Court: Exxon must go to trial over climate crimes
The ruling, along with another important court decision coming later this week, will force the company to face justice over crimes it lied about.
The Massachusetts Supreme Court ruled Tuesday that ExxonMobil, the largest oil company in the United States, must stand trial on charges of lying about the climate crisis and covering up the fossil fuel industry's role in worsening environmental devastation.
Exxon claimed the case was politically motivated by Massachusetts Attorney General Maura Healey and amounted to an attempt to prevent the company from exercising its right to free speech.
However, the state's supreme judicial court unanimously dismissed the claim, dealing another blow to the oil industry's efforts to stave off a nationwide wave of lawsuits over its role in global warming.
Exxon is accused in Healey's lawsuit of violating the state's consumer protection laws by concealing what it knew about the climate impact of burning fossil fuels for decades.
The state also claims that the company misled investors about the risks that global warming poses to its business.

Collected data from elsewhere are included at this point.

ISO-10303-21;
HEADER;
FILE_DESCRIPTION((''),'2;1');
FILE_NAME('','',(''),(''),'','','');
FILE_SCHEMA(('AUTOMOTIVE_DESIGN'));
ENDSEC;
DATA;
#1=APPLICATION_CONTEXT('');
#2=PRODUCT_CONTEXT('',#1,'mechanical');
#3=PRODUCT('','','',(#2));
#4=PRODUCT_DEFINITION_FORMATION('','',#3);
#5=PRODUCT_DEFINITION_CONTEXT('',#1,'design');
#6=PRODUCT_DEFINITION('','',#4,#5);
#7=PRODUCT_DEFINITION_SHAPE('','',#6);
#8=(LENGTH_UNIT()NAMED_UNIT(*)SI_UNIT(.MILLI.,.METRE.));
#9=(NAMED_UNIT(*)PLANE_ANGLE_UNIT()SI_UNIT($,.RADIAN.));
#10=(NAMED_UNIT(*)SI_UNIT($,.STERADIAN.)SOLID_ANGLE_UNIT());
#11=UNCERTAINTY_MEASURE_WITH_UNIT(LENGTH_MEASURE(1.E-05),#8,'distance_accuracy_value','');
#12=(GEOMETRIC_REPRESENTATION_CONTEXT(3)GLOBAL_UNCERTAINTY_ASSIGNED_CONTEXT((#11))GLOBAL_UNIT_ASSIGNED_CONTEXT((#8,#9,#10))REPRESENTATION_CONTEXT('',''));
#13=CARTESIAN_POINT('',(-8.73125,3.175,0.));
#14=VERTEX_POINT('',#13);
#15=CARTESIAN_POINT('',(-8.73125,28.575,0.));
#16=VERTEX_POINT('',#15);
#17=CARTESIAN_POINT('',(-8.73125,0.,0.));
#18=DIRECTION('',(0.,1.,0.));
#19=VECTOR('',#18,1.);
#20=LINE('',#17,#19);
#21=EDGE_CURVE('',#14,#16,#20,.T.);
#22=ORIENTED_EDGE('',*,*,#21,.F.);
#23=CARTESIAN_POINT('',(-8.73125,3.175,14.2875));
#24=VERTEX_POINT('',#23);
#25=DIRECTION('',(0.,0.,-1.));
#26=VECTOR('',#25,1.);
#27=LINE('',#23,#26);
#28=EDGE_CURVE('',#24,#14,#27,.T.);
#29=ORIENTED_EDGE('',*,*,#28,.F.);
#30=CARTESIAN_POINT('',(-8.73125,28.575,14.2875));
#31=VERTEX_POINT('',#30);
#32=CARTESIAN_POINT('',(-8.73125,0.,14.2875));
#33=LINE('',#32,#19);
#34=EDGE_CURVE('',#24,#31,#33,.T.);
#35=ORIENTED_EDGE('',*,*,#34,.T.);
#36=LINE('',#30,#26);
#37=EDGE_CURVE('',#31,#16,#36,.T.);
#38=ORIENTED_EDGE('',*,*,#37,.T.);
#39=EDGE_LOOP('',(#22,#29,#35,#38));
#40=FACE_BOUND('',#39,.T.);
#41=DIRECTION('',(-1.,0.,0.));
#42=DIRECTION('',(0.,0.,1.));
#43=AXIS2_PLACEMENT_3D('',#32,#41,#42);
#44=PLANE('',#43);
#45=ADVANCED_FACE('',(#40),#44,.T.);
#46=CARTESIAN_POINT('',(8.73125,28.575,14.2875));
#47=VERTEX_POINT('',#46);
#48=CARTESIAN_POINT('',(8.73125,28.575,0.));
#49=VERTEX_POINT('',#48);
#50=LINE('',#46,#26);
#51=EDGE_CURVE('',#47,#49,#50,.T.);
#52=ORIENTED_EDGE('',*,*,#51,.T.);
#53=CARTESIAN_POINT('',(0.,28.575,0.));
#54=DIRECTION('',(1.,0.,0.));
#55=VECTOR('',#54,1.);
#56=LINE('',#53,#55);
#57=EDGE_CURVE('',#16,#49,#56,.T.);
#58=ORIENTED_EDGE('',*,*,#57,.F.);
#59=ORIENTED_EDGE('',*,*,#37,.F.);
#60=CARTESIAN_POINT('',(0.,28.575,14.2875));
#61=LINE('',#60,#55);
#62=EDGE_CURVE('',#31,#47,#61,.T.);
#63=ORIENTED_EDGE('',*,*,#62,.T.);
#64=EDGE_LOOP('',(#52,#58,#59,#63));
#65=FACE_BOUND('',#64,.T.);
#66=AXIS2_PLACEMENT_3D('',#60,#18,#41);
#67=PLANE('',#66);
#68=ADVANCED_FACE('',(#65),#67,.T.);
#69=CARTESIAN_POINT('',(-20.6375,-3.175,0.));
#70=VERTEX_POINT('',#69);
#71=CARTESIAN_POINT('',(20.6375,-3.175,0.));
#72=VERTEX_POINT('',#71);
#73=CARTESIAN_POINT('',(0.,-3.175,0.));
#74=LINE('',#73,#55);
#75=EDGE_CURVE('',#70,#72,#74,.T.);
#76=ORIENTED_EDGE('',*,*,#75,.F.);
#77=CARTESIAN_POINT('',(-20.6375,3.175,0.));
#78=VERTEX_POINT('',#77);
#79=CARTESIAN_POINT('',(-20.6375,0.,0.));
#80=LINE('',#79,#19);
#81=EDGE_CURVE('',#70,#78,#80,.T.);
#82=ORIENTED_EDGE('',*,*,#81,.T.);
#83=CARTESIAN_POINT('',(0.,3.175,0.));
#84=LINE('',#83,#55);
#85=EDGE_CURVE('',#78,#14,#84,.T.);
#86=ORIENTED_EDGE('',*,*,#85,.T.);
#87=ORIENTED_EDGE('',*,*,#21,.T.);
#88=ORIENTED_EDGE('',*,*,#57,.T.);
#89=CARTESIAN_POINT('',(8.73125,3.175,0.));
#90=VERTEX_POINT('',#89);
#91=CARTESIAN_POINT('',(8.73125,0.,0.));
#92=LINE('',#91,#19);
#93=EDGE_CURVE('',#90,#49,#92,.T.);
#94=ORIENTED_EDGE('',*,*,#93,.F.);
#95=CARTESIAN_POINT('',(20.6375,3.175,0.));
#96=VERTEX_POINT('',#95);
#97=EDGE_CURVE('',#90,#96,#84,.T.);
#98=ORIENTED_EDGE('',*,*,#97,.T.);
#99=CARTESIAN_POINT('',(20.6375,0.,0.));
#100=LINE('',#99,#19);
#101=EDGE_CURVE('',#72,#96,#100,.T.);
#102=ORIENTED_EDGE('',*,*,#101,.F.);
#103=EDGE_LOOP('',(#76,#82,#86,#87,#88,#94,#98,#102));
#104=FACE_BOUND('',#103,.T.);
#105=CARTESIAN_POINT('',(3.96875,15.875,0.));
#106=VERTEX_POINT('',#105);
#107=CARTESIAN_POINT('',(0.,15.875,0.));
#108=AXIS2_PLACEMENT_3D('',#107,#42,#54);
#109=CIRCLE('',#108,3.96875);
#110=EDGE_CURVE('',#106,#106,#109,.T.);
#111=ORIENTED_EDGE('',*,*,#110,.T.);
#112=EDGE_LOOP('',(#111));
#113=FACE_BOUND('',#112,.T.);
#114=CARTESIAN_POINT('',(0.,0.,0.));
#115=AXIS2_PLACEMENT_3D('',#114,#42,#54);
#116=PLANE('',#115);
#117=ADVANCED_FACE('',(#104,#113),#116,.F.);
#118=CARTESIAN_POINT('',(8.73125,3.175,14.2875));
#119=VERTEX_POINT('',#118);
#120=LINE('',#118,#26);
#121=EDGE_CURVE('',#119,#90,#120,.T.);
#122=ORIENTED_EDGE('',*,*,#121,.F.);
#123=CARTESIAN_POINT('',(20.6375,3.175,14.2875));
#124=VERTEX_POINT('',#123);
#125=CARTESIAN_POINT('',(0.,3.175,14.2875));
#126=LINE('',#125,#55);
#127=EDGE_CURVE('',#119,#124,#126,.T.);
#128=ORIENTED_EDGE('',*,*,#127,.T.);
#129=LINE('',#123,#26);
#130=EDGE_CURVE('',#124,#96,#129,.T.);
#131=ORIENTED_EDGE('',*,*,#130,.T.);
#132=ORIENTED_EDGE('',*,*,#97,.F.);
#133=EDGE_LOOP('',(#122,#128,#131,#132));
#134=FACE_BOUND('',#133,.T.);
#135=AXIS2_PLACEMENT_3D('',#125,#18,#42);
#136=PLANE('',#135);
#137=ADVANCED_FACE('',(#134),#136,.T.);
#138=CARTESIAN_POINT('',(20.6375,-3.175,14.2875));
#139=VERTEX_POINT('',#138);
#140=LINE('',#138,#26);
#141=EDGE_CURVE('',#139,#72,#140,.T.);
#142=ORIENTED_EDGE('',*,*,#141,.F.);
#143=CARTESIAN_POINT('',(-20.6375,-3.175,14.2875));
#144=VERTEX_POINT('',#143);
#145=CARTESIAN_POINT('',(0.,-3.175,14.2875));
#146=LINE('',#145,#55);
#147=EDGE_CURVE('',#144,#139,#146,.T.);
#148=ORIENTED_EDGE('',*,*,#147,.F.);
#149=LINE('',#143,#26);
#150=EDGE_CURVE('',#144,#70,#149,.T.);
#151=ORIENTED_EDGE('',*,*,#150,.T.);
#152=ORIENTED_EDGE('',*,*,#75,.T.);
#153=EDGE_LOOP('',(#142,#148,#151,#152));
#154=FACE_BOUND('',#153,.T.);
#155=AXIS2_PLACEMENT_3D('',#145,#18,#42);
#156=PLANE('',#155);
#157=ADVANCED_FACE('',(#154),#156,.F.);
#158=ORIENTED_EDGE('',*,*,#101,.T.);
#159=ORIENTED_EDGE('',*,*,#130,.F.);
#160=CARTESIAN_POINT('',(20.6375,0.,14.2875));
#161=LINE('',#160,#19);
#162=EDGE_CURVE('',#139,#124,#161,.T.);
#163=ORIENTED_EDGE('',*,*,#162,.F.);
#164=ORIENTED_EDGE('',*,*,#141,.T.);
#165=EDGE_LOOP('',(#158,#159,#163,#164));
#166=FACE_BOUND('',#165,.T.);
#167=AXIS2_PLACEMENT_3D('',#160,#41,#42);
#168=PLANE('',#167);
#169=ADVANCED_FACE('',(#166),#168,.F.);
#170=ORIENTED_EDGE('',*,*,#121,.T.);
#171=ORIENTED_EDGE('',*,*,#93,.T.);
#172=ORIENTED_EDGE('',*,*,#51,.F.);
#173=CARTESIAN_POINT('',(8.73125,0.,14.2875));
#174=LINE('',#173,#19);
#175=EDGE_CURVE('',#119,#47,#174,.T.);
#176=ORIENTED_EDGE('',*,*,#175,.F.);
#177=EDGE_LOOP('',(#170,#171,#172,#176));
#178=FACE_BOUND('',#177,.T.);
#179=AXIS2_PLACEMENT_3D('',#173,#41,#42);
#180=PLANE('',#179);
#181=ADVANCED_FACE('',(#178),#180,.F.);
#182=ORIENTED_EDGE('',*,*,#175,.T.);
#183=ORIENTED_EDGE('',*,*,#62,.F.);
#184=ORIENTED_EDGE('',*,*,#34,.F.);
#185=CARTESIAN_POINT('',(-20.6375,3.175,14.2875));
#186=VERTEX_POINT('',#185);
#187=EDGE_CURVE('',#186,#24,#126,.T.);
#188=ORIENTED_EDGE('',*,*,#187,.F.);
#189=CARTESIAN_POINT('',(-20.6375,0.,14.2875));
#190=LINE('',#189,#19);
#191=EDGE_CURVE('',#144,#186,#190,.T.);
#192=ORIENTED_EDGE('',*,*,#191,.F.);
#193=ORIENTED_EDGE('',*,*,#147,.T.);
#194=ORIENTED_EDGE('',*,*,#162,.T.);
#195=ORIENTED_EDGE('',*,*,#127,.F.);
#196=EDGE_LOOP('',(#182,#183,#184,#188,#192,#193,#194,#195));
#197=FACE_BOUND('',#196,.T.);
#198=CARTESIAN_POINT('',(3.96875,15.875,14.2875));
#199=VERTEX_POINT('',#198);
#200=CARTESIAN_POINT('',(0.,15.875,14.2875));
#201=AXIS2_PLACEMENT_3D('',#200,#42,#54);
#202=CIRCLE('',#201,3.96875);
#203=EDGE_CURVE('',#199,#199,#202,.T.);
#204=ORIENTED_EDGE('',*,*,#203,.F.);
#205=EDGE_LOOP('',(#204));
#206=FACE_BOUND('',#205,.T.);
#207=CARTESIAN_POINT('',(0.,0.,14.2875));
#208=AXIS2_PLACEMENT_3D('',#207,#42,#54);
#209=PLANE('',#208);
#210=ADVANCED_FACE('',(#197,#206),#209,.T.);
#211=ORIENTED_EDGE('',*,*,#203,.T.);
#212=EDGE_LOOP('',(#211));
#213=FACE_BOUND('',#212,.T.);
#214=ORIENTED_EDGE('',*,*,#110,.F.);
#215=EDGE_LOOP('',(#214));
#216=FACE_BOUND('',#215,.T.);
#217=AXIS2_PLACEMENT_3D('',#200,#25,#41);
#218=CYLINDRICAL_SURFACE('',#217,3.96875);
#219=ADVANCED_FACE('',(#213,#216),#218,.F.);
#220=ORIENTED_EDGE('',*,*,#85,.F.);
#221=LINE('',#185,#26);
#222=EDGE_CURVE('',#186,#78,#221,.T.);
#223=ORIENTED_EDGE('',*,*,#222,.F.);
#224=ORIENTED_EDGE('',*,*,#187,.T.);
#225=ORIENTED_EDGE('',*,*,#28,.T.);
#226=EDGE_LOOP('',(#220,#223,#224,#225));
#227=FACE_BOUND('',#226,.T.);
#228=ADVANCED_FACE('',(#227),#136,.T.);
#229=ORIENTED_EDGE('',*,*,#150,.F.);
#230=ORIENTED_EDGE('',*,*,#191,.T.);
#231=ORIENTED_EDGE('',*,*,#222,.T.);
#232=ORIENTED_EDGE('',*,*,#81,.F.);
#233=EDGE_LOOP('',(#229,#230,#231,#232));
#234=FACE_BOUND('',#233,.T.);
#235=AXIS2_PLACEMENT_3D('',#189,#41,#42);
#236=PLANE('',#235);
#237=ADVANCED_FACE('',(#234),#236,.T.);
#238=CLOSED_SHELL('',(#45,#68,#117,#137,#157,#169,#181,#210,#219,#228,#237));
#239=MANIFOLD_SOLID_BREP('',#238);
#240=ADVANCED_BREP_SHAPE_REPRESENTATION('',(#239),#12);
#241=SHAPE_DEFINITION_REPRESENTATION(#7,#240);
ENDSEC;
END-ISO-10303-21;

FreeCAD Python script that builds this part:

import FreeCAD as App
import Part
import Sketcher

V = App.Vector
Q = App.Units.Quantity


def add_polygon(sketch, points):
    """Adds a closed chain of lines whose ends are joined by coincident constraints."""
    first, n = sketch.GeometryCount, len(points)
    for a, b in zip(points, points[1:] + points[:1]):
        sketch.addGeometry(Part.LineSegment(App.Vector(*a, 0), App.Vector(*b, 0)), False)
    for i in range(n):
        sketch.addConstraint(Sketcher.Constraint("Coincident", first + i, 2, first + (i + 1) % n, 1))

doc = App.newDocument("Part")
body = doc.addObject("PartDesign::Body", "Body")

sketch1 = body.newObject("Sketcher::SketchObject", "Sketch")
sketch1.AttachmentSupport = (doc.getObject("XY_Plane"), [""])
sketch1.MapMode = "FlatFace"
add_polygon(sketch1, [(-20.6, 3.2), (-20.6, -3.2), (20.6, -3.2), (20.6, 3.2), (8.7, 3.2), (8.7, 28.6), (-8.7, 28.6), (-8.7, 3.2)])
sketch1.addGeometry(Part.Circle(V(0, 15.9, 0), V(0, 0, 1), 4), False)
sketch1.addConstraint([
    Sketcher.Constraint("Vertical", 0),
    Sketcher.Constraint("Horizontal", 1),
    Sketcher.Constraint("Vertical", 2),
    Sketcher.Constraint("Horizontal", 3),
    Sketcher.Constraint("Vertical", 4),
    Sketcher.Constraint("Horizontal", 5),
    Sketcher.Constraint("Vertical", 6),
    Sketcher.Constraint("Horizontal", 7),
    Sketcher.Constraint("Symmetric", 0, 2, 2, 2, -1, 1),
    Sketcher.Constraint("Symmetric", 3, 2, 6, 2, -2),
    Sketcher.Constraint("PointOnObject", 8, 3, -2),
    Sketcher.Constraint("DistanceY", 4, 1, 4, 2, Q("1 in")),
    Sketcher.Constraint("Diameter", 8, Q("0.3125 in")),
    Sketcher.Constraint("DistanceY", 0, 2, 0, 1, Q("0.25 in")),
    Sketcher.Constraint("DistanceY", 2, 2, 8, 3, Q("0.5 in")),
    Sketcher.Constraint("DistanceX", 1, 1, 1, 2, Q("1.625 in")),
    Sketcher.Constraint("DistanceX", 3, 2, 3, 1, Q("0.46875 in")),
])
pad1 = body.newObject("PartDesign::Pad", "Pad")
pad1.Profile = sketch1
pad1.Length = Q("0.5625 in")

doc.recompute()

Exxon alleged that the lawsuit violated legislation prohibiting so-called strategic lawsuits against public participation, or SLAPPs, which are used by wealthy individuals and corporations to silence critics. The Massachusetts Supreme Judicial Court ruled that anti-SLAPP laws do not apply to government cases.
More GOOD news 💪...a US court has ruled Exxon must go to trial over alleged climate crimes.— Chris Bettles (@ChrisBettles1) May 25, 2022
Exxon will now face a trial over accusations that it lied about the climate crisis and covered up the fossil fuel industry’s role in worsening environmental devastation.
A federal court also refused to put a block on the state's legal action in March, ruling that Exxon was required to turn over documents to investigators.
On Monday, a federal appeals court ruled that a lawsuit filed by Rhode Island against 21 fossil fuel companies, including Exxon, BP, and Shell, could proceed in state court. Companies that use fossil fuels are attempting to shift cases to federal courts, which they see as a more welcoming venue.
State systems, for example, frequently allow for a much broader discovery process, which could force Exxon and other companies to hand over highly embarrassing documents revealing what they knew about the climate crisis, when they knew it, and how they responded.
At least ten other federal courts across the country have rejected the industry's efforts to remove similar cases from state courts.
So far this year, federal appeals courts in Colorado, Maryland, and California have issued similar decisions.
It is worth mentioning that the largest fossil fuel businesses in the world made a major profit: $93.3 billion, to be precise, following the global chaos following the war in Ukraine.
Exxon made $8.8 billion, which marked a 300% increase year-on-year in 2021.
While corporates have been cashing up massive numbers, the world has been dealing with unprecedented inflation.
Climate activists and environmentalists have called the profits "obscene," arguing that fossil fuel profits would not be so rewarding if governments handled the climate crisis as they should.
The increasing oil profits are alarming given that scientists have repeatedly warned that the world should move towards less dependency on fossil fuels in order to avoid various disasters, including heatwaves, drought, and other climate emergencies.